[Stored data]
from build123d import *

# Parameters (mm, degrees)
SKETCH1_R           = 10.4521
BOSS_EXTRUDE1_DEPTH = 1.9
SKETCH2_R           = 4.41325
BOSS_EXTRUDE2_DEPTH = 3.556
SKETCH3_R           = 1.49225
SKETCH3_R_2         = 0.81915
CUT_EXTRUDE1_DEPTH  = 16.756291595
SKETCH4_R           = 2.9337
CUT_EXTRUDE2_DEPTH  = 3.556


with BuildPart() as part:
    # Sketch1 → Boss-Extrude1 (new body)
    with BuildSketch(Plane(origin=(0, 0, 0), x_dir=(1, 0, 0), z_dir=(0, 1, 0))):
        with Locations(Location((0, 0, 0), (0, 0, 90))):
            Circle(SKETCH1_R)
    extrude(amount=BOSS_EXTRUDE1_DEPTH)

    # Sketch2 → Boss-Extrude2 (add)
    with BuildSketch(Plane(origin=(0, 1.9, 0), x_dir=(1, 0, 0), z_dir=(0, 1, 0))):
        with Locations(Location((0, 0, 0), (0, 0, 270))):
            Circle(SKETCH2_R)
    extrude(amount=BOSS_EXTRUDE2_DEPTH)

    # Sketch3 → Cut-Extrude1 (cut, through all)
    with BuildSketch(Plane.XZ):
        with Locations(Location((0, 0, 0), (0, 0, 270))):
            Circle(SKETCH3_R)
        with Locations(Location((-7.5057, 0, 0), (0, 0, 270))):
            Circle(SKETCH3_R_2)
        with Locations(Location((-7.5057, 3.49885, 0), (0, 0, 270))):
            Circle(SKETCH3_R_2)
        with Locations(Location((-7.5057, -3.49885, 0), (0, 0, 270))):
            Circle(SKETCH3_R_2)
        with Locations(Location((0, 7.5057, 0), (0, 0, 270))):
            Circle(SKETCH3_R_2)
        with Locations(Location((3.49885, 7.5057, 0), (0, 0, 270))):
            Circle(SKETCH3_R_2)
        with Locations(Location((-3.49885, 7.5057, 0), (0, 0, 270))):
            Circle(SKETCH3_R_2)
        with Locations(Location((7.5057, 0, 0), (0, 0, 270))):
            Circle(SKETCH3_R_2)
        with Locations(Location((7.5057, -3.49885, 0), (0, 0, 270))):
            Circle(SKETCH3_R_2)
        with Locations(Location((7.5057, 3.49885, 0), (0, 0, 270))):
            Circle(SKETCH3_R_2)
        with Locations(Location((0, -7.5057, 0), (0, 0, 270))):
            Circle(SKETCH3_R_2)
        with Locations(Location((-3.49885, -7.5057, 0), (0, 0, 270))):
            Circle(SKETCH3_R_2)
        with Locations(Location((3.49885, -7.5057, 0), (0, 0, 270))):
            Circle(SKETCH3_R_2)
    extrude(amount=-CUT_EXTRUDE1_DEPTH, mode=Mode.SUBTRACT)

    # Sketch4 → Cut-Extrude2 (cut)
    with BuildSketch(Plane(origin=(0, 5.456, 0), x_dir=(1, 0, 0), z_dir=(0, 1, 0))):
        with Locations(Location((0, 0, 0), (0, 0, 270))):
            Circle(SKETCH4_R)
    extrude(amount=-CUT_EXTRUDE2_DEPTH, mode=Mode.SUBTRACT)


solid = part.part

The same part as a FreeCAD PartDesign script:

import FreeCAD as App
import Part
import Sketcher

V = App.Vector
Q = App.Units.Quantity

doc = App.newDocument("Part")
body = doc.addObject("PartDesign::Body", "Body")

# Sketch on XZ plane
sketch1 = body.newObject("Sketcher::SketchObject", "Sketch")
sketch1.AttachmentSupport = (doc.getObject("XZ_Plane"), [""])
sketch1.MapMode = "FlatFace"
sketch1.addGeometry(Part.Circle(V(0, 0, 0), V(0, 0, 1), 10), False)
sketch1.addConstraint([
    Sketcher.Constraint("Coincident", 0, 3, -1, 1),
    Sketcher.Constraint("Diameter", 0, Q("0.823 in")),
])
pad1 = body.newObject("PartDesign::Pad", "Pad")
pad1.Profile = sketch1
pad1.Length = 1.9
pad1.Reversed = True

# Sketch on XZ plane
sketch2 = body.newObject("Sketcher::SketchObject", "Sketch001")
sketch2.AttachmentSupport = (doc.getObject("XZ_Plane"), [""])
sketch2.MapMode = "FlatFace"
sketch2.AttachmentOffset = App.Placement(V(0, 0, -1.9), App.Rotation())
sketch2.addGeometry(Part.Circle(V(0, 0, 0), V(0, 0, 1), 4.4), False)
sketch2.addConstraint([
    Sketcher.Constraint("Coincident", 0, 3, -1, 1),
    Sketcher.Constraint("Diameter", 0, Q("0.3475 in")),
])
pad2 = body.newObject("PartDesign::Pad", "Pad001")
pad2.Profile = sketch2
pad2.Length = Q("0.14 in")
pad2.Reversed = True

# Sketch on XZ plane
sketch3 = body.newObject("Sketcher::SketchObject", "Sketch002")
sketch3.AttachmentSupport = (doc.getObject("XZ_Plane"), [""])
sketch3.MapMode = "FlatFace"
sketch3.addGeometry([
    Part.Circle(V(0, 0, 0), V(0, 0, 1), 1.5),  # 0
    Part.Circle(V(-7.5, 0, 0), V(0, 0, 1), 0.8),  # 1
    Part.Circle(V(-7.5, 3.5, 0), V(0, 0, 1), 0.8),  # 2
    Part.Circle(V(-7.5, -3.5, 0), V(0, 0, 1), 0.8),  # 3
    Part.Circle(V(0, 7.5, 0), V(0, 0, 1), 0.8),  # 4
    Part.Circle(V(3.5, 7.5, 0), V(0, 0, 1), 0.8),  # 5
    Part.Circle(V(-3.5, 7.5, 0), V(0, 0, 1), 0.8),  # 6
    Part.Circle(V(7.5, 0, 0), V(0, 0, 1), 0.8),  # 7
    Part.Circle(V(7.5, -3.5, 0), V(0, 0, 1), 0.8),  # 8
    Part.Circle(V(7.5, 3.5, 0), V(0, 0, 1), 0.8),  # 9
    Part.Circle(V(0, -7.5, 0), V(0, 0, 1), 0.8),  # 10
    Part.Circle(V(-3.5, -7.5, 0), V(0, 0, 1), 0.8),  # 11
    Part.Circle(V(3.5, -7.5, 0), V(0, 0, 1), 0.8),  # 12
], False)
sketch3.addConstraint([
    Sketcher.Constraint("Coincident", 0, 3, -1, 1),
    Sketcher.Constraint("Equal", 1, 2),
    Sketcher.Constraint("Equal", 2, 3),
    Sketcher.Constraint("Equal", 3, 4),
    Sketcher.Constraint("Equal", 4, 5),
    Sketcher.Constraint("Equal", 5, 6),
    Sketcher.Constraint("Equal", 6, 7),
    Sketcher.Constraint("Equal", 7, 8),
    Sketcher.Constraint("Equal", 8, 9),
    Sketcher.Constraint("Equal", 9, 10),
    Sketcher.Constraint("Equal", 10, 11),
    Sketcher.Constraint("Equal", 11, 12),
    Sketcher.Constraint("Symmetric", 1, 3, 7, 3, -1, 1),
    Sketcher.Constraint("Symmetric", 2, 3, 8, 3, -1, 1),
    Sketcher.Constraint("Symmetric", 3, 3, 9, 3, -1, 1),
    Sketcher.Constraint("Symmetric", 4, 3, 10, 3, -1, 1),
    Sketcher.Constraint("Symmetric", 5, 3, 11, 3, -1, 1),
    Sketcher.Constraint("Symmetric", 6, 3, 12, 3, -1, 1),
    Sketcher.Constraint("Symmetric", 5, 3, 6, 3, -2),
    Sketcher.Constraint("Symmetric", 3, 3, 8, 3, -2),
    Sketcher.Constraint("PointOnObject", 1, 3, -1),
    Sketcher.Constraint("PointOnObject", 4, 3, -2),
    Sketcher.Constraint("Horizontal", 4, 3, 5, 3),
    Sketcher.Constraint("Vertical", 1, 3, 2, 3),
    Sketcher.Constraint("Diameter", 0, Q("0.1175 in")),
    Sketcher.Constraint("Diameter", 1, Q("0.0645 in")),
    Sketcher.Constraint("DistanceX", 1, 3, 7, 3, Q("0.591 in")),
    Sketcher.Constraint("DistanceY", -1, 1, 4, 3, Q("0.2955 in")),
    Sketcher.Constraint("DistanceY", 3, 3, 2, 3, Q("0.2755 in")),
    Sketcher.Constraint("DistanceX", 6, 3, 5, 3, Q("0.2755 in")),
])
pocket1 = body.newObject("PartDesign::Pocket", "Pocket")
pocket1.Profile = sketch3
pocket1.Type = "ThroughAll"

# Sketch on XZ plane
sketch4 = body.newObject("Sketcher::SketchObject", "Sketch003")
sketch4.AttachmentSupport = (doc.getObject("XZ_Plane"), [""])
sketch4.MapMode = "FlatFace"
sketch4.AttachmentOffset = App.Placement(V(0, 0, -5.456), App.Rotation())
sketch4.addGeometry(Part.Circle(V(0, 0, 0), V(0, 0, 1), 2.9), False)
sketch4.addConstraint([
    Sketcher.Constraint("Coincident", 0, 3, -1, 1),
    Sketcher.Constraint("Diameter", 0, Q("0.231 in")),
])
pocket2 = body.newObject("PartDesign::Pocket", "Pocket001")
pocket2.Profile = sketch4
pocket2.Length = Q("0.14 in")
pocket2.Reversed = True

doc.recompute()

→ **Problem description**
A verbatim transcription is needed of the lines above, starting at the line with "extrude(amount=-CUT_EXTRUDE1_DEPTH, mode=Mode.SUBTRACT)" and ending at the line with "solid = part.part", both included, and of nothing else.

→ **Result**
    extrude(amount=-CUT_EXTRUDE1_DEPTH, mode=Mode.SUBTRACT)

    # Sketch4 → Cut-Extrude2 (cut)
    with BuildSketch(Plane(origin=(0, 5.456, 0), x_dir=(1, 0, 0), z_dir=(0, 1, 0))):
        with Locations(Location((0, 0, 0), (0, 0, 270))):
            Circle(SKETCH4_R)
    extrude(amount=-CUT_EXTRUDE2_DEPTH, mode=Mode.SUBTRACT)


solid = part.part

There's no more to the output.